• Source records
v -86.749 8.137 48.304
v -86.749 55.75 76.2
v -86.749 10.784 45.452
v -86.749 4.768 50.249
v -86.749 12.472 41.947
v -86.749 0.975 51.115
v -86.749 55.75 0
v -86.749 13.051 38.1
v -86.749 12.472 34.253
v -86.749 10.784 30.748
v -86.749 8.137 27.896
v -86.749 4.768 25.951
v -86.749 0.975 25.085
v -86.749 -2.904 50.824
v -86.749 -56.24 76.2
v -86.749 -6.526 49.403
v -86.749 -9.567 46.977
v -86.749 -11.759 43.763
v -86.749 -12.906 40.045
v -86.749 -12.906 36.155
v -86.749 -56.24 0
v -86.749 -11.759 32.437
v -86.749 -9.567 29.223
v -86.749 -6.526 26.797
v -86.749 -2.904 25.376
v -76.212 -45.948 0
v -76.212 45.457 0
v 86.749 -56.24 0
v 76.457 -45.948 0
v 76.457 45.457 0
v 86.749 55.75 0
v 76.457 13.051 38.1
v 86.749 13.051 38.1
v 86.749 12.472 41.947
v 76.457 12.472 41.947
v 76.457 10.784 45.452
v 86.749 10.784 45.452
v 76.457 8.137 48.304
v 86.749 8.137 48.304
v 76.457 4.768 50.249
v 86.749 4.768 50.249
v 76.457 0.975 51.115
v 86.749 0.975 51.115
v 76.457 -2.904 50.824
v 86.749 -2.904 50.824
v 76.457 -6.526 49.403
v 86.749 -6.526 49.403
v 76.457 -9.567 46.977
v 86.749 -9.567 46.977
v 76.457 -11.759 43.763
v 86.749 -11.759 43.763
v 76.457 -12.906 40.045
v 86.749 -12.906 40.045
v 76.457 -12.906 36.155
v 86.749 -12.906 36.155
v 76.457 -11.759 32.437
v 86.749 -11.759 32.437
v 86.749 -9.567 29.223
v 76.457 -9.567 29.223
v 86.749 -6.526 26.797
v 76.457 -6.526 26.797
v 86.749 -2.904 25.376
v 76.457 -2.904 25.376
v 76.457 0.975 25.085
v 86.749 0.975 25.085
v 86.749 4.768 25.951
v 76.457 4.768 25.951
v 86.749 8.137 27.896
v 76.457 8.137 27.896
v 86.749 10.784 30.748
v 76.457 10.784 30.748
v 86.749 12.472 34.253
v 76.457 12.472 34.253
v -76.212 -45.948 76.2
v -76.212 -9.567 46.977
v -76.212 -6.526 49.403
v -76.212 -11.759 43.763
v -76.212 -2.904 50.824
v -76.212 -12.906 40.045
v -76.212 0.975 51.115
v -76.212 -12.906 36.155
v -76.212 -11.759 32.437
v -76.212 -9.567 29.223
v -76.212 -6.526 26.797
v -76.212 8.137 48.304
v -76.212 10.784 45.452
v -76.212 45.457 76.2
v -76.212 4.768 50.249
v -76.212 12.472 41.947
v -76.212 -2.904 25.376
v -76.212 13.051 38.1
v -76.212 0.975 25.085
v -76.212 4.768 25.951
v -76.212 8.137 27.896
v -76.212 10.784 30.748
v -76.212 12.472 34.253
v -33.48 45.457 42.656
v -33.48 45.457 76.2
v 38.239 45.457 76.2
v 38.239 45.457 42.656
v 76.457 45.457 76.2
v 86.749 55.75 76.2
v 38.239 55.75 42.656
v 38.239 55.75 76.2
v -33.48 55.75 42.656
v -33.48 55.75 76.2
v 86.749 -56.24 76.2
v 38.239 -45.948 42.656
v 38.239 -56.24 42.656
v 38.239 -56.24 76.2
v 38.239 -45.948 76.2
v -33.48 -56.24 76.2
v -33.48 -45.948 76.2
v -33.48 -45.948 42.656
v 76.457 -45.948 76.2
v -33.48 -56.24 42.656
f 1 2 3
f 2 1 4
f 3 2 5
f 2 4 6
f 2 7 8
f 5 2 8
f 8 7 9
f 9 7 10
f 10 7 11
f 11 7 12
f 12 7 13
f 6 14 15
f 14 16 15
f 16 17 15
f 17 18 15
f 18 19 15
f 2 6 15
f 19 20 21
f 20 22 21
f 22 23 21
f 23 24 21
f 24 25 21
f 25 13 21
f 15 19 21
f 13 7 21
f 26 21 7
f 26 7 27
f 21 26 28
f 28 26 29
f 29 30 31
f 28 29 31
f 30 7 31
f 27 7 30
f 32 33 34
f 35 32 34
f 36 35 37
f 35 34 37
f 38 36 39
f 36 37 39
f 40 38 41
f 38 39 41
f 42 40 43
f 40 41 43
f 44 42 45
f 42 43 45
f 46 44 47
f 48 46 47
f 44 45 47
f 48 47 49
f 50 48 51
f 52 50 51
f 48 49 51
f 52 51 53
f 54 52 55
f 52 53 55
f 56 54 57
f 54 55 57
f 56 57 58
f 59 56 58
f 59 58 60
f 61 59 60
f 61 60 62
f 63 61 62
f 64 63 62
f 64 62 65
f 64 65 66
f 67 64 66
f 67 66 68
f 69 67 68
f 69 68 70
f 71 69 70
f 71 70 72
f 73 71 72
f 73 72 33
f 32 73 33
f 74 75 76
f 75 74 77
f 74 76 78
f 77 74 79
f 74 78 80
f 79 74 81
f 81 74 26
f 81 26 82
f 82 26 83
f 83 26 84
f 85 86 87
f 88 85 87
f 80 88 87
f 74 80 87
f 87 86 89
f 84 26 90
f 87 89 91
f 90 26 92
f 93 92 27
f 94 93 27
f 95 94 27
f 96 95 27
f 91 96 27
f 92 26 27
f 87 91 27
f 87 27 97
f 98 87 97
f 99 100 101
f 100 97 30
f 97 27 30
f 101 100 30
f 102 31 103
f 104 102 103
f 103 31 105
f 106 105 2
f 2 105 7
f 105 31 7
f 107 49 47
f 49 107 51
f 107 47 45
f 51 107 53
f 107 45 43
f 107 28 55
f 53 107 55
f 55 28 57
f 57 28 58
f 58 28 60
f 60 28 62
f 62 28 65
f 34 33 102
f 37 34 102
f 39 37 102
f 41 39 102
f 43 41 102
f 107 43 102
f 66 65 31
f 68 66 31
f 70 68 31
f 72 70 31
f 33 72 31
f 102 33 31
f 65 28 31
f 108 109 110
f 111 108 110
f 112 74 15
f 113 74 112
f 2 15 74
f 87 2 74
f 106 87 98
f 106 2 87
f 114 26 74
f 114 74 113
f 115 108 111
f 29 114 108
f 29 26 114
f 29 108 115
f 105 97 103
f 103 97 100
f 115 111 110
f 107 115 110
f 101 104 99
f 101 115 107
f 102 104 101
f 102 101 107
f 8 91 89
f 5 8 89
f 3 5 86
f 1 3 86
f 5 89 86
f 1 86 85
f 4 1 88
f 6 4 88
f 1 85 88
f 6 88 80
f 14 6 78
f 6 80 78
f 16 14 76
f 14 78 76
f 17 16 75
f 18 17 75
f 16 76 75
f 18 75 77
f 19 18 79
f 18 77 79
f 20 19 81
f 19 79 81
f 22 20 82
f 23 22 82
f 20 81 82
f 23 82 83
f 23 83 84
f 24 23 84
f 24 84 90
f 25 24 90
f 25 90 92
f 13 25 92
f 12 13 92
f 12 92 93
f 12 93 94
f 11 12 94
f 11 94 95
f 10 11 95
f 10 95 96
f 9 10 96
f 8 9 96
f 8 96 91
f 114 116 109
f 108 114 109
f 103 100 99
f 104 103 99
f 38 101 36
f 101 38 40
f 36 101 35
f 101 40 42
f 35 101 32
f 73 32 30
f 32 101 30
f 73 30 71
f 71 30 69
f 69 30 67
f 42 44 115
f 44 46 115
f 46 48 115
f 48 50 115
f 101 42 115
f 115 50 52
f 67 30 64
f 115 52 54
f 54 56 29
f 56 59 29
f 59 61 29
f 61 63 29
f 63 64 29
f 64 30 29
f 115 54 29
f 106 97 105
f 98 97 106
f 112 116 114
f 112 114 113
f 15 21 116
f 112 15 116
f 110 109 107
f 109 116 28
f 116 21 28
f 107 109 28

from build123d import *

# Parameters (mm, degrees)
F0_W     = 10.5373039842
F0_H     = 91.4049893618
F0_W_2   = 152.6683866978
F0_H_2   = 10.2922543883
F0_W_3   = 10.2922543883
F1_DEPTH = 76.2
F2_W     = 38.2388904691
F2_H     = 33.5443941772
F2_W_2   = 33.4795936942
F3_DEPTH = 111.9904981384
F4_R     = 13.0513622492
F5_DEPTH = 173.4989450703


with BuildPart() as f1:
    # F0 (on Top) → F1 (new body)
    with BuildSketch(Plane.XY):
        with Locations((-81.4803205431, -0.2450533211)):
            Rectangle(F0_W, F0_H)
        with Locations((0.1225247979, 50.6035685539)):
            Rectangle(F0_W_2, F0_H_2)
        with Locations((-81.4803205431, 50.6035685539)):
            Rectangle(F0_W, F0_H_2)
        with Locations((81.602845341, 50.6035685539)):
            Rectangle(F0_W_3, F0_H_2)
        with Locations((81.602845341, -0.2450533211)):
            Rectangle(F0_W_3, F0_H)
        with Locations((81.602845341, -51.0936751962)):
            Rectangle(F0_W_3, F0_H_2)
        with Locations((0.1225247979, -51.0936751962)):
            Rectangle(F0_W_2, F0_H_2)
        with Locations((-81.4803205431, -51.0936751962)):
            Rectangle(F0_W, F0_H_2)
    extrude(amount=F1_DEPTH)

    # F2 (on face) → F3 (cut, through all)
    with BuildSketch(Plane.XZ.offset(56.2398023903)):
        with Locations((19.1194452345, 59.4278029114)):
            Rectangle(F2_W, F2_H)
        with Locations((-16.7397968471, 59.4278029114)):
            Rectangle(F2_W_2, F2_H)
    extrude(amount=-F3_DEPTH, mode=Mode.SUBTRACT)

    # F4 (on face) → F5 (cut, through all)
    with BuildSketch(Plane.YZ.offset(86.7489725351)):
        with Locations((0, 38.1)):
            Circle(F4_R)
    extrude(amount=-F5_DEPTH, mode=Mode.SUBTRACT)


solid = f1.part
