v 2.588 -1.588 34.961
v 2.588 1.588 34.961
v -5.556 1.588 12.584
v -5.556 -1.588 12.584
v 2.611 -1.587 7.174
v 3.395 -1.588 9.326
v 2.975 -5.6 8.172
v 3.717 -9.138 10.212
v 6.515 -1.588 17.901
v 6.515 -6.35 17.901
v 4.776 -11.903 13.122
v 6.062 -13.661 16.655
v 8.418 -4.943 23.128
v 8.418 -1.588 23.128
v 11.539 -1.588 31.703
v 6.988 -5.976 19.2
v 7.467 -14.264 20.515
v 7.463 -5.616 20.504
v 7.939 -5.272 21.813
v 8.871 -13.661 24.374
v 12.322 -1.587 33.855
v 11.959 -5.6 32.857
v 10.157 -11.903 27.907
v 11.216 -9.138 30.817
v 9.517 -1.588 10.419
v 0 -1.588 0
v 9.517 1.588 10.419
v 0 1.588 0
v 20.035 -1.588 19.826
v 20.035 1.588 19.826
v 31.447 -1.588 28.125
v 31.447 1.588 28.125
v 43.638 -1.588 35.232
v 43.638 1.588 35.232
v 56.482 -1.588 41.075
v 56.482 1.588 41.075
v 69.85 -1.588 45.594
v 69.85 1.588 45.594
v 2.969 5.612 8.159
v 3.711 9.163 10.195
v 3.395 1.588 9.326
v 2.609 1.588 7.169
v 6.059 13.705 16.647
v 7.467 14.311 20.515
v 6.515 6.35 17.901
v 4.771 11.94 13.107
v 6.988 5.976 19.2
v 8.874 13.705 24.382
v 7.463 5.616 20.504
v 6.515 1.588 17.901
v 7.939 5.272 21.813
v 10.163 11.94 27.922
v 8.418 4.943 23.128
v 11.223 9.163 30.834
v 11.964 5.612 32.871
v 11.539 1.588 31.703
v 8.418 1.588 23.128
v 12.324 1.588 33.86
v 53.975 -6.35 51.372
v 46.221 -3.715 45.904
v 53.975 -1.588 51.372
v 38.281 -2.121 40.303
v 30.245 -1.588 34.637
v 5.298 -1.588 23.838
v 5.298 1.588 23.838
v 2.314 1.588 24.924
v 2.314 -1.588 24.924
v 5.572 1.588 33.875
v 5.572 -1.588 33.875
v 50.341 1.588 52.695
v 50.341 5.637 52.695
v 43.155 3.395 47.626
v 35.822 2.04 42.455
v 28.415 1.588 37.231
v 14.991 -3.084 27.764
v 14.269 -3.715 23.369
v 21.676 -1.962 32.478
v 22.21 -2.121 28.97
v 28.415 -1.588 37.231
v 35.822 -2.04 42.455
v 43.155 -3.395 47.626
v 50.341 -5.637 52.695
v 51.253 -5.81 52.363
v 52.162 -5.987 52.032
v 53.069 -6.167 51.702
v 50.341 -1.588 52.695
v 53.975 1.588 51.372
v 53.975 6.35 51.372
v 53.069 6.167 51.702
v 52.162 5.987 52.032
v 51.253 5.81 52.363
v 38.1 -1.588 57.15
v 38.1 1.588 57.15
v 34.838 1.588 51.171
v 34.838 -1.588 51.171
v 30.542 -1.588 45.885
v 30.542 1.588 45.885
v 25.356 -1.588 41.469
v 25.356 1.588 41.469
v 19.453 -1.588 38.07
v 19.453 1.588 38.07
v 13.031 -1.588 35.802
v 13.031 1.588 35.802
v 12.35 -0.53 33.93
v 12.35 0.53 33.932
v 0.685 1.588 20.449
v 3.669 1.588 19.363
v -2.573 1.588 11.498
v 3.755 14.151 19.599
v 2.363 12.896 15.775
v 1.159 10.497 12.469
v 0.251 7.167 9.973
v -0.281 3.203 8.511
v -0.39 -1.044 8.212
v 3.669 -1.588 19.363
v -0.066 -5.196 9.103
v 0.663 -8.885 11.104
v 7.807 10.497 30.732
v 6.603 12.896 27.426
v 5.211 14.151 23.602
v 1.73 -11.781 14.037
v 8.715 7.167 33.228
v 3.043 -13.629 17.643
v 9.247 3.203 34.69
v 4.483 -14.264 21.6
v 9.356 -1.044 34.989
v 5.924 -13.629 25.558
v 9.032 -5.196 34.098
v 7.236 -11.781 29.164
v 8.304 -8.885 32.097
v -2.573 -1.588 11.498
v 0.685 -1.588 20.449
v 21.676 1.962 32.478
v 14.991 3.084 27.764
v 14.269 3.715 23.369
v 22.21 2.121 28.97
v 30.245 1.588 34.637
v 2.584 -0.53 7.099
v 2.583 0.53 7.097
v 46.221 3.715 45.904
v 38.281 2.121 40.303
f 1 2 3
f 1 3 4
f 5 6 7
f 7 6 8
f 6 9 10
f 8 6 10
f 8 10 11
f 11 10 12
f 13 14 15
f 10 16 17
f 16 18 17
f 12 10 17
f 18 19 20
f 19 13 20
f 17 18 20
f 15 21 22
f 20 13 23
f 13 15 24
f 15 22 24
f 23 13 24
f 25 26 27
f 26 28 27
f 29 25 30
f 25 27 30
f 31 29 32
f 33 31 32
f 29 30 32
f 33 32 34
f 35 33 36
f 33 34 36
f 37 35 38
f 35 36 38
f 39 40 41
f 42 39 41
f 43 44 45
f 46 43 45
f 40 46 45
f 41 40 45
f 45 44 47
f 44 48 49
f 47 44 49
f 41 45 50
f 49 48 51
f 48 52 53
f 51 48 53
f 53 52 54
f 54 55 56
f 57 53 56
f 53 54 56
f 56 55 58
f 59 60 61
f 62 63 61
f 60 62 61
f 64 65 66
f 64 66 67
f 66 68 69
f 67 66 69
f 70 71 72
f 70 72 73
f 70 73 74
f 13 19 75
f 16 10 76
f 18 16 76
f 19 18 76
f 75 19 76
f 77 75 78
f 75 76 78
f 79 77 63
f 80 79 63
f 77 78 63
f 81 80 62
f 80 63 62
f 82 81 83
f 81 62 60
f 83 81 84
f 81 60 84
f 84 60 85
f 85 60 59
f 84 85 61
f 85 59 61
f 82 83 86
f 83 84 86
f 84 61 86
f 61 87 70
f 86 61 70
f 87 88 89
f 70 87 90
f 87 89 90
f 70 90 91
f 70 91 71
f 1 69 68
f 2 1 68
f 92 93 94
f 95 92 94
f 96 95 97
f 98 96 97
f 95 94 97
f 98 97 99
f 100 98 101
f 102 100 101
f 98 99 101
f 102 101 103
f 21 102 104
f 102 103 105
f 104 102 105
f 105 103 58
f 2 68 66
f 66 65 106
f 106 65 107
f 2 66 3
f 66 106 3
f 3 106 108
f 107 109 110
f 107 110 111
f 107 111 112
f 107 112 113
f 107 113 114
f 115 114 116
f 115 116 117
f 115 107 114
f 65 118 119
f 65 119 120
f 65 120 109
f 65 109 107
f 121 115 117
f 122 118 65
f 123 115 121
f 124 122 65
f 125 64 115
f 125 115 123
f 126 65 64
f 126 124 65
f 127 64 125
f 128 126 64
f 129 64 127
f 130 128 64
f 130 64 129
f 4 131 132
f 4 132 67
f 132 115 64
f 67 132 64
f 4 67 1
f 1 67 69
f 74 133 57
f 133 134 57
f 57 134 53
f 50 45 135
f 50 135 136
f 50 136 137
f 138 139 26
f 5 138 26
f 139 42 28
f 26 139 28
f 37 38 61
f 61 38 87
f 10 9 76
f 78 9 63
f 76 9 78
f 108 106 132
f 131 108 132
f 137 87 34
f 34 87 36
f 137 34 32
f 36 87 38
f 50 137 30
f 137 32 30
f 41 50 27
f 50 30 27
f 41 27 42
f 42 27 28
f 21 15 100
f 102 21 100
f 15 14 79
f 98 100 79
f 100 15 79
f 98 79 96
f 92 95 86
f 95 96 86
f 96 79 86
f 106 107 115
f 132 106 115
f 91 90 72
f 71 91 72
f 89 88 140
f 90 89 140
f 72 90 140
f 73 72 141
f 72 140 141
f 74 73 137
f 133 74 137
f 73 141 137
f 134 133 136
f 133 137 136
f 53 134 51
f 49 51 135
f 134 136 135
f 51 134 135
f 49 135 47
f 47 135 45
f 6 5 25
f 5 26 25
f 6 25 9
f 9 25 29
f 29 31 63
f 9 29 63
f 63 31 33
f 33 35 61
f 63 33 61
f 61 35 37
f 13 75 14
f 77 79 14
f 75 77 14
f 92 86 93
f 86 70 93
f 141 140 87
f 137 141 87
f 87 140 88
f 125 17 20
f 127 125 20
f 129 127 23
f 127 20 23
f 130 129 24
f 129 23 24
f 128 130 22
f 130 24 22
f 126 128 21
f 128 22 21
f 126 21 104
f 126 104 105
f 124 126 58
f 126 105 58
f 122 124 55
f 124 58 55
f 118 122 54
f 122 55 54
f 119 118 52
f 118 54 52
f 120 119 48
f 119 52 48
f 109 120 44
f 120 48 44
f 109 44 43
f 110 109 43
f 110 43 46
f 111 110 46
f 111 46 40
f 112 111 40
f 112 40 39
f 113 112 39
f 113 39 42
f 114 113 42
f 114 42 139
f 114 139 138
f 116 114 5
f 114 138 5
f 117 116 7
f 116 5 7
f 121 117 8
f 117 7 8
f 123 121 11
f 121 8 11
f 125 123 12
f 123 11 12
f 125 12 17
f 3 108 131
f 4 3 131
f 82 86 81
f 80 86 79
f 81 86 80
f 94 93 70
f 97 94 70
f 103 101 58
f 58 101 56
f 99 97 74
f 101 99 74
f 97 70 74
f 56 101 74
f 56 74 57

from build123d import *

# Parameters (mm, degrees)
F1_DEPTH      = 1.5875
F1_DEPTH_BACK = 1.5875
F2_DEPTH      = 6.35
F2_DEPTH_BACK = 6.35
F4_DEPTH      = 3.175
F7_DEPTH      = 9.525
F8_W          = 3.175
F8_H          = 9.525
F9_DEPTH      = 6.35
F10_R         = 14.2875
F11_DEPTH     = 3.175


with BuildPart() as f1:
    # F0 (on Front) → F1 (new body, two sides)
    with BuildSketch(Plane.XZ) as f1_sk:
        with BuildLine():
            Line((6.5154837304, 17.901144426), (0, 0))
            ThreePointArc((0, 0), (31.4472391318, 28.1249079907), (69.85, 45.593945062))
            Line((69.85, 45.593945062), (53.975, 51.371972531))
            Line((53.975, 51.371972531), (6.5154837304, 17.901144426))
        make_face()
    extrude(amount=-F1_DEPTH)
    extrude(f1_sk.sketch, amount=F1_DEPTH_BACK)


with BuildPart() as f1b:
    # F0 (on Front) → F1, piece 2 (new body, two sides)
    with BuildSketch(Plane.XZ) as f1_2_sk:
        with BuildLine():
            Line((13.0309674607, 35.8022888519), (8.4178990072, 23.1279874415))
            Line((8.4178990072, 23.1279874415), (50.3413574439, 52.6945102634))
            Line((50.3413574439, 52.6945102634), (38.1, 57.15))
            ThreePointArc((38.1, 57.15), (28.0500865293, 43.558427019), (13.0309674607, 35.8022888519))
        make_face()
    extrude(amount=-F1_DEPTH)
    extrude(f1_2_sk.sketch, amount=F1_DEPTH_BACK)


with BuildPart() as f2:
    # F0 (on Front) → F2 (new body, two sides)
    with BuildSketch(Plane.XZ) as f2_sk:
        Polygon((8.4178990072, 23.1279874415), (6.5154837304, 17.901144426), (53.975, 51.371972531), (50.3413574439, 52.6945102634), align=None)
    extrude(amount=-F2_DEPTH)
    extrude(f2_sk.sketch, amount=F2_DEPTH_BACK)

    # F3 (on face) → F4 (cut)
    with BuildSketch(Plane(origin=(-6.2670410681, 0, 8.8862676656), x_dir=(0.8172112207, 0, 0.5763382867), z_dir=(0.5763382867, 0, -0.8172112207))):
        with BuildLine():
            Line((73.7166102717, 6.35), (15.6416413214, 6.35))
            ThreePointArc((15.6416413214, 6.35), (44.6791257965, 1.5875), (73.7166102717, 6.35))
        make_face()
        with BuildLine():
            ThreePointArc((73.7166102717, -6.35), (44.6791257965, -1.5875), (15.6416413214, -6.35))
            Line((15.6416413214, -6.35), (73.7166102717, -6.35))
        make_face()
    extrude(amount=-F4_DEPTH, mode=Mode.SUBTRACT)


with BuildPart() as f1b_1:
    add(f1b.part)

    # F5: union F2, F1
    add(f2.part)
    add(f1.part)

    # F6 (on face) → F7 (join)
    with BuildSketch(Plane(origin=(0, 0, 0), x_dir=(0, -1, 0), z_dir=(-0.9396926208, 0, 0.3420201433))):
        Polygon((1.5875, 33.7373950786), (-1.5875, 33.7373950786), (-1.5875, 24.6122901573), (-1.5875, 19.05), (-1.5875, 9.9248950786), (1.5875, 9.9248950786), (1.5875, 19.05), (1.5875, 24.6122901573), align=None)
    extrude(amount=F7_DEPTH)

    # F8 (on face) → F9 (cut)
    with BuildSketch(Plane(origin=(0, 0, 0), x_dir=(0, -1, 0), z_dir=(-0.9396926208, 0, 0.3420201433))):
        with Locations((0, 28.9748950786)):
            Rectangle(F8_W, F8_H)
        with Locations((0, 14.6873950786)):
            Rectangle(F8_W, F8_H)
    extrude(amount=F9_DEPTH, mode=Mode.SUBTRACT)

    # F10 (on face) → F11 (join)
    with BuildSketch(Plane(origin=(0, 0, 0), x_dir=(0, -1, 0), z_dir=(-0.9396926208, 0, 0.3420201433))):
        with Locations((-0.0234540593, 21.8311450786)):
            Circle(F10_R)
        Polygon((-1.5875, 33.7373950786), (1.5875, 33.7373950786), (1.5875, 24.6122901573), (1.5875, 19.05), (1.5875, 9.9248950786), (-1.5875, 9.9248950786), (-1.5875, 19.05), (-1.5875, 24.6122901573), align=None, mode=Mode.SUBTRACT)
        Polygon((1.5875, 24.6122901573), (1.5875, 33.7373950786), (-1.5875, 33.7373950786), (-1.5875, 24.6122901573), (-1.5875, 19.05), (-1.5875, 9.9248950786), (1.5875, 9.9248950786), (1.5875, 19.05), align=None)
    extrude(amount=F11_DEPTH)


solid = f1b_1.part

• Activity
Copy every line of the records above, starting with the first, up to and including the line containing "v -86.749 -56.24 76.2".

• Result below
v -86.749 8.137 48.304
v -86.749 55.75 76.2
v -86.749 10.784 45.452
v -86.749 4.768 50.249
v -86.749 12.472 41.947
v -86.749 0.975 51.115
v -86.749 55.75 0
v -86.749 13.051 38.1
v -86.749 12.472 34.253
v -86.749 10.784 30.748
v -86.749 8.137 27.896
v -86.749 4.768 25.951
v -86.749 0.975 25.085
v -86.749 -2.904 50.824
v -86.749 -56.24 76.2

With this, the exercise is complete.